[[ SOURCE MATERIAL open ]]

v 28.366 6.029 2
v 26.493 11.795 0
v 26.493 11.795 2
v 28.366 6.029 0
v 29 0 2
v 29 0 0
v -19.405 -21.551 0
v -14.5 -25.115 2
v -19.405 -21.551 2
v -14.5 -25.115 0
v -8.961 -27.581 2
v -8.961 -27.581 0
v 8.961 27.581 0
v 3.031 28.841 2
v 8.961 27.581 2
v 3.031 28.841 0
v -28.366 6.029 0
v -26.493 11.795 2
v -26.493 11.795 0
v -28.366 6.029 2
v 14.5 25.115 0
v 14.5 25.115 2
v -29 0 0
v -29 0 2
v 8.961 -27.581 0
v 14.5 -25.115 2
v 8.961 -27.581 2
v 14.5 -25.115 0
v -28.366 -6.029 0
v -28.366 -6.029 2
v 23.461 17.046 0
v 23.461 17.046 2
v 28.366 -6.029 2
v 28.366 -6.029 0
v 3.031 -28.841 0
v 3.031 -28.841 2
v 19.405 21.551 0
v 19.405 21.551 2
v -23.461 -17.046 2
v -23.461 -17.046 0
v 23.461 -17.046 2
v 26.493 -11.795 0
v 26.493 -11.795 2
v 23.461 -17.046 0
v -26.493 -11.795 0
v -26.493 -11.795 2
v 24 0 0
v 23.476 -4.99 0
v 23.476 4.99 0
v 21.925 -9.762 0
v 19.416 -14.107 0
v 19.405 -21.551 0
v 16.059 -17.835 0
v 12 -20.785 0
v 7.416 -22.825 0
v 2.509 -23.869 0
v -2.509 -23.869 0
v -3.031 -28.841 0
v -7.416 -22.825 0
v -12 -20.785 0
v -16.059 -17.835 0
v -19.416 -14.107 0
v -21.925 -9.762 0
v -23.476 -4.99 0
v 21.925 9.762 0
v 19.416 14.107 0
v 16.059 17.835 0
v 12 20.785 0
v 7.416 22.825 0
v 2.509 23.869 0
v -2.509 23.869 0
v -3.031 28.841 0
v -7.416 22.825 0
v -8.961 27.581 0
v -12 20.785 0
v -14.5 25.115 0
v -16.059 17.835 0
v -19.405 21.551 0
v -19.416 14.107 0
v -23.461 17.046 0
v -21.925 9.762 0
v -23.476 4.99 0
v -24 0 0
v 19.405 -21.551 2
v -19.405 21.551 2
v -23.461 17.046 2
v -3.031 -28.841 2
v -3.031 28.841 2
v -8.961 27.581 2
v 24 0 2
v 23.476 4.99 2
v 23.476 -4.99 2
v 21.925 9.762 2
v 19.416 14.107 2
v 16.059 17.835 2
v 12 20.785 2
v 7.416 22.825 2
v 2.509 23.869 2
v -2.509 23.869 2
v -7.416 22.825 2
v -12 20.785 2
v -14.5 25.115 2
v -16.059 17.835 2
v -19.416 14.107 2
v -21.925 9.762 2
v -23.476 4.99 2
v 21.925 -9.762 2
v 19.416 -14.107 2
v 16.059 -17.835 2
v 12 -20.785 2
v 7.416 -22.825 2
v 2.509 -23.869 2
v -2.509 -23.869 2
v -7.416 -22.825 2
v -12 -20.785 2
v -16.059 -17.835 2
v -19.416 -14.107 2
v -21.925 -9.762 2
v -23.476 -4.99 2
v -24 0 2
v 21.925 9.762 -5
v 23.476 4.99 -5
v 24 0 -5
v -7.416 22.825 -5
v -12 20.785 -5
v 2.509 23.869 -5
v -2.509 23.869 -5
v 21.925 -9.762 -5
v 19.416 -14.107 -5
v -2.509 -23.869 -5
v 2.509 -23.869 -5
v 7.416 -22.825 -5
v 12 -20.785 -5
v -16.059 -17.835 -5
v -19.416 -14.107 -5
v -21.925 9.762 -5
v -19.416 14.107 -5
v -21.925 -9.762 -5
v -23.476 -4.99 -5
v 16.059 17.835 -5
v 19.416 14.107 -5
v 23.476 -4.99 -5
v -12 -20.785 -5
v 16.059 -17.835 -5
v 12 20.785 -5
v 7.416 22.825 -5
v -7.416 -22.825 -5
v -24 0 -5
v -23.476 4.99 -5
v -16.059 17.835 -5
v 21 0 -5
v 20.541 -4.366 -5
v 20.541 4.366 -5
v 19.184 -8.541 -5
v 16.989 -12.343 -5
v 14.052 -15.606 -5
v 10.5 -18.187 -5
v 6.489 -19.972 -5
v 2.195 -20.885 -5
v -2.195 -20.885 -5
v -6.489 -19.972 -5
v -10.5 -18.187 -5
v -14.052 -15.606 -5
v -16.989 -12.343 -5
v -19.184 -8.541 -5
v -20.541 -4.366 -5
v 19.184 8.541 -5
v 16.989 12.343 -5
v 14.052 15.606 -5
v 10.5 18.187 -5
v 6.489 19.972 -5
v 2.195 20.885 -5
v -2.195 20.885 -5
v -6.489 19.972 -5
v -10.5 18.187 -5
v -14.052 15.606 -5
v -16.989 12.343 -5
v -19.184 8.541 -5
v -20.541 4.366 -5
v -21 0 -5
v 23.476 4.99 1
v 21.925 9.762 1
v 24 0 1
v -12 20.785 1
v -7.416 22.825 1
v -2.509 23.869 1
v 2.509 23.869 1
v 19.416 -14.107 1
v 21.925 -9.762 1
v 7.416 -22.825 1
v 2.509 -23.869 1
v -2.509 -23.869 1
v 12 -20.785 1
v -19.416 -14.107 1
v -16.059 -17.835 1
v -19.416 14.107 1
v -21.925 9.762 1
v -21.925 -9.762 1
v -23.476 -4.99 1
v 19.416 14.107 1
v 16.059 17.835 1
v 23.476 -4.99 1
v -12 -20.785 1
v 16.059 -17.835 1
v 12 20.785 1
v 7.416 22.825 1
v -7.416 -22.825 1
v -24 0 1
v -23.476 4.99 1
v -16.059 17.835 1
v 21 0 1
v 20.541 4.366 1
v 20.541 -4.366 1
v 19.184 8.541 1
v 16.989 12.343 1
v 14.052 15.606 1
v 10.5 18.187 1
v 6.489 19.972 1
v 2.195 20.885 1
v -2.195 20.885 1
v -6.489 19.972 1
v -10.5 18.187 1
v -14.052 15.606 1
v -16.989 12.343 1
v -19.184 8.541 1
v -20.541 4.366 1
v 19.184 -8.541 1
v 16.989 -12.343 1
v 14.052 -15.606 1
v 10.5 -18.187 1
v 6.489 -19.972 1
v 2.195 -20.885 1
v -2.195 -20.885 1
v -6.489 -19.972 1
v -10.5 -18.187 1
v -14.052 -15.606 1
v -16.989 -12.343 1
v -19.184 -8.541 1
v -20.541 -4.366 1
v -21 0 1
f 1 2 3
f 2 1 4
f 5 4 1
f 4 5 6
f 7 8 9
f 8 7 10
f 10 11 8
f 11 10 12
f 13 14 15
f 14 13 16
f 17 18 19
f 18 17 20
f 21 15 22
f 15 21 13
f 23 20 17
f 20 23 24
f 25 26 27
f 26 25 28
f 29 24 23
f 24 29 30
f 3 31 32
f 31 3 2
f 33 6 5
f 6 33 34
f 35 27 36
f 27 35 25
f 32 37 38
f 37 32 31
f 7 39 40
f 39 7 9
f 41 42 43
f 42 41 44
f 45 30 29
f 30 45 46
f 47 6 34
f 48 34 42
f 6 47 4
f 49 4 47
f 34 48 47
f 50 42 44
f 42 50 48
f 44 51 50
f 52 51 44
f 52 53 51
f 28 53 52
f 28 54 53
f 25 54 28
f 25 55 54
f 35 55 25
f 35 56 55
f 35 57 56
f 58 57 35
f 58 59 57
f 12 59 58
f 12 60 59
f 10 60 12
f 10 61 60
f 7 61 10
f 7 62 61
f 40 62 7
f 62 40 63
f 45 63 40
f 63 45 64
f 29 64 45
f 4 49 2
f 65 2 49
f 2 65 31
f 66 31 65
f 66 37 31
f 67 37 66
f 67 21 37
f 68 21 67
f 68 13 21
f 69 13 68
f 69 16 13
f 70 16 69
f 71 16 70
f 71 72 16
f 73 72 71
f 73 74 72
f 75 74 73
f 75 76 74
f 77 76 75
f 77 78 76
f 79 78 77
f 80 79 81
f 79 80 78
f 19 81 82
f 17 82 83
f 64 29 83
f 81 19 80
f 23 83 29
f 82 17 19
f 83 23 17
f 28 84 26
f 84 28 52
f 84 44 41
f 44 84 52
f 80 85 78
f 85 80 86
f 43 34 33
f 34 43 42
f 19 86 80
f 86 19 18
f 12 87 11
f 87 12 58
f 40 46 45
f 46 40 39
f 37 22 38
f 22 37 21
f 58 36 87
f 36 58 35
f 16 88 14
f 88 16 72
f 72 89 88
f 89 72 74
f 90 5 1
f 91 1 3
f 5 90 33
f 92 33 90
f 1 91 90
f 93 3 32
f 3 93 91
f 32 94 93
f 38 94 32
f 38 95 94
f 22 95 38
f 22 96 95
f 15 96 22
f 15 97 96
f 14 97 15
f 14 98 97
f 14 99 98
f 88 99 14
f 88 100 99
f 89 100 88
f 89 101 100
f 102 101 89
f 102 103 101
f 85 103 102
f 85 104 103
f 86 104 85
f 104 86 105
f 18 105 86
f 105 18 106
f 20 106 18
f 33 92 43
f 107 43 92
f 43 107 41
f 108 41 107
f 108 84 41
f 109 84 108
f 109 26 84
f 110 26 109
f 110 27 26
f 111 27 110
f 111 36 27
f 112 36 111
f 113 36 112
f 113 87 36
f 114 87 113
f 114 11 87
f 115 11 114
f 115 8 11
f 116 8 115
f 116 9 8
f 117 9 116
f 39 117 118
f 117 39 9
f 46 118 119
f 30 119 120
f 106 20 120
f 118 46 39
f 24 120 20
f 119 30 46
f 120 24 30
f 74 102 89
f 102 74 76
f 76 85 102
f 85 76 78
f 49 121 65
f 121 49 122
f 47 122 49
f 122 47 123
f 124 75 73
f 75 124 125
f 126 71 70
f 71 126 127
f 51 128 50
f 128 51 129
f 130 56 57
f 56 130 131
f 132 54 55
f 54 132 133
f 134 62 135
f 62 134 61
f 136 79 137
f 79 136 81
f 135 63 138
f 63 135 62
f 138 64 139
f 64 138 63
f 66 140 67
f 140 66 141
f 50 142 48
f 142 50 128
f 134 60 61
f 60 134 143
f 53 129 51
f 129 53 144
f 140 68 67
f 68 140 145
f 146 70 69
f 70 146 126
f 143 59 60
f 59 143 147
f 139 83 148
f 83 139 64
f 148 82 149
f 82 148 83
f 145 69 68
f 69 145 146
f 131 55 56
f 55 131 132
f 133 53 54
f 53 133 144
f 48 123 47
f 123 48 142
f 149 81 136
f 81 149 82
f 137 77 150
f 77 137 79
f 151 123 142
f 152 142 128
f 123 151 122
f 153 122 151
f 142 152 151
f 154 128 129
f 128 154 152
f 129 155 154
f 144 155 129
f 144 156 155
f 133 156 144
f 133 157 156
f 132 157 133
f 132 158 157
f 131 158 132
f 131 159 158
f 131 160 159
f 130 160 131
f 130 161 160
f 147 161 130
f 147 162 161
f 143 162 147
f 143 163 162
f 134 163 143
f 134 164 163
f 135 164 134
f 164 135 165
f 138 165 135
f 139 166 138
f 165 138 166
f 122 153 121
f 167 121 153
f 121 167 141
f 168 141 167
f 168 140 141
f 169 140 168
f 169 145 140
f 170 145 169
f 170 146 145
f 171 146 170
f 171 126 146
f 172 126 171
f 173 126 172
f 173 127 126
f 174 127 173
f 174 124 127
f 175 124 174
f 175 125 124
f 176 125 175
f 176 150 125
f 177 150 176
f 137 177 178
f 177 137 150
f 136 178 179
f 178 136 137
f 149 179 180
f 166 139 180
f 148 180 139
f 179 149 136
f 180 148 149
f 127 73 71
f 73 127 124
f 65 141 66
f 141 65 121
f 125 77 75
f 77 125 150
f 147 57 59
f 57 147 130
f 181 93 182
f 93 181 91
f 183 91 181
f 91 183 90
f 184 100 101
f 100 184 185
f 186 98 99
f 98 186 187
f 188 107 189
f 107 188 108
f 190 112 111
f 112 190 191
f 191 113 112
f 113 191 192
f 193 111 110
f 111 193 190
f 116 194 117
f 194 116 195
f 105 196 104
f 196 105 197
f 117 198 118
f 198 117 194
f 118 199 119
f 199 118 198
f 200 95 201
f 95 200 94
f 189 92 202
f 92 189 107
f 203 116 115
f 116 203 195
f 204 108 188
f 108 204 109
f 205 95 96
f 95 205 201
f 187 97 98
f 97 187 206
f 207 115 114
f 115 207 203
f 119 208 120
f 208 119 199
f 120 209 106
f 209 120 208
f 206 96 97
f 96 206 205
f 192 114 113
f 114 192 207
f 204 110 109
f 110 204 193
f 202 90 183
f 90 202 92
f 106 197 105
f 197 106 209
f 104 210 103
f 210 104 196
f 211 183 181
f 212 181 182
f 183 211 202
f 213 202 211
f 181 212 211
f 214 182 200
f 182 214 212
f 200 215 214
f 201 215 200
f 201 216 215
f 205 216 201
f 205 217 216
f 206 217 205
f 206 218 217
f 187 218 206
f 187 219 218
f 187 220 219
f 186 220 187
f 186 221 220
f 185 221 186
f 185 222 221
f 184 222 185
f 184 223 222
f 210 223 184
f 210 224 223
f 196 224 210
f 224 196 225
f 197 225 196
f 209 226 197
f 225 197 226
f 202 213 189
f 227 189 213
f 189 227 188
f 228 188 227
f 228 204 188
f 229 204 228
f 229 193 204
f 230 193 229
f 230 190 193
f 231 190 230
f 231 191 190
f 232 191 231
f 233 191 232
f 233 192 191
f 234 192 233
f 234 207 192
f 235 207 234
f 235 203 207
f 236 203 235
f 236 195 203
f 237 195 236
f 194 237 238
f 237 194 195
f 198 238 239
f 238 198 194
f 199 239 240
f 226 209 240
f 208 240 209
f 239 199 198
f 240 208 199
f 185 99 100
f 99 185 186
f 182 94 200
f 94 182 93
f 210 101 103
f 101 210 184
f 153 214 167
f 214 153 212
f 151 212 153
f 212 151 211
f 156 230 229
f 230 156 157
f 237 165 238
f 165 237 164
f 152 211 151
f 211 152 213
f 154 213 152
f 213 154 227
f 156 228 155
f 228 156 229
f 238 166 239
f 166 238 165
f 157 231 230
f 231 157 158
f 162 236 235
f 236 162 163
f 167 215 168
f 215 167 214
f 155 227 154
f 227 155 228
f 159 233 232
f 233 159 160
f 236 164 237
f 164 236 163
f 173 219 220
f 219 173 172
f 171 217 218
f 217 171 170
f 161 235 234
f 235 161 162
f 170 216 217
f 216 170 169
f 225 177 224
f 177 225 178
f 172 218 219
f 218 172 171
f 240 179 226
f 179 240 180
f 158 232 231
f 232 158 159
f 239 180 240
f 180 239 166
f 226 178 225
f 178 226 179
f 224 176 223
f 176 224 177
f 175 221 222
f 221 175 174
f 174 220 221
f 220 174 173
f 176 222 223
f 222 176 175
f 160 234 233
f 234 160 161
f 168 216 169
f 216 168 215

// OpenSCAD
TOP_CAP = 58;
TOP_CAP_MARGIN = 5;
PD_TOP_CAP = 48;
PD_TOP_MARGIN = 3;


module support(cap1, cap2, e1, e2) {
    linear_extrude(e1)
        circle(d=cap1);
    translate([0,0,-e2+1])
        linear_extrude(e2)
            circle(d=cap2);
}

difference() { 
    support(TOP_CAP, TOP_CAP - TOP_CAP_MARGIN*2, 2, 6);
    translate([0,0,1])
        support(PD_TOP_CAP, PD_TOP_CAP - PD_TOP_MARGIN*2, 2, 10);
}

[[ SOURCE MATERIAL closed ]]

Begin with the line that has "v -26.493 -11.795 0" in the listing above and end after the line that has "v -7.416 -22.825 0"; output those lines exactly.

→ YOUR SOLUTION
v -26.493 -11.795 0
v -26.493 -11.795 2
v 24 0 0
v 23.476 -4.99 0
v 23.476 4.99 0
v 21.925 -9.762 0
v 19.416 -14.107 0
v 19.405 -21.551 0
v 16.059 -17.835 0
v 12 -20.785 0
v 7.416 -22.825 0
v 2.509 -23.869 0
v -2.509 -23.869 0
v -3.031 -28.841 0
v -7.416 -22.825 0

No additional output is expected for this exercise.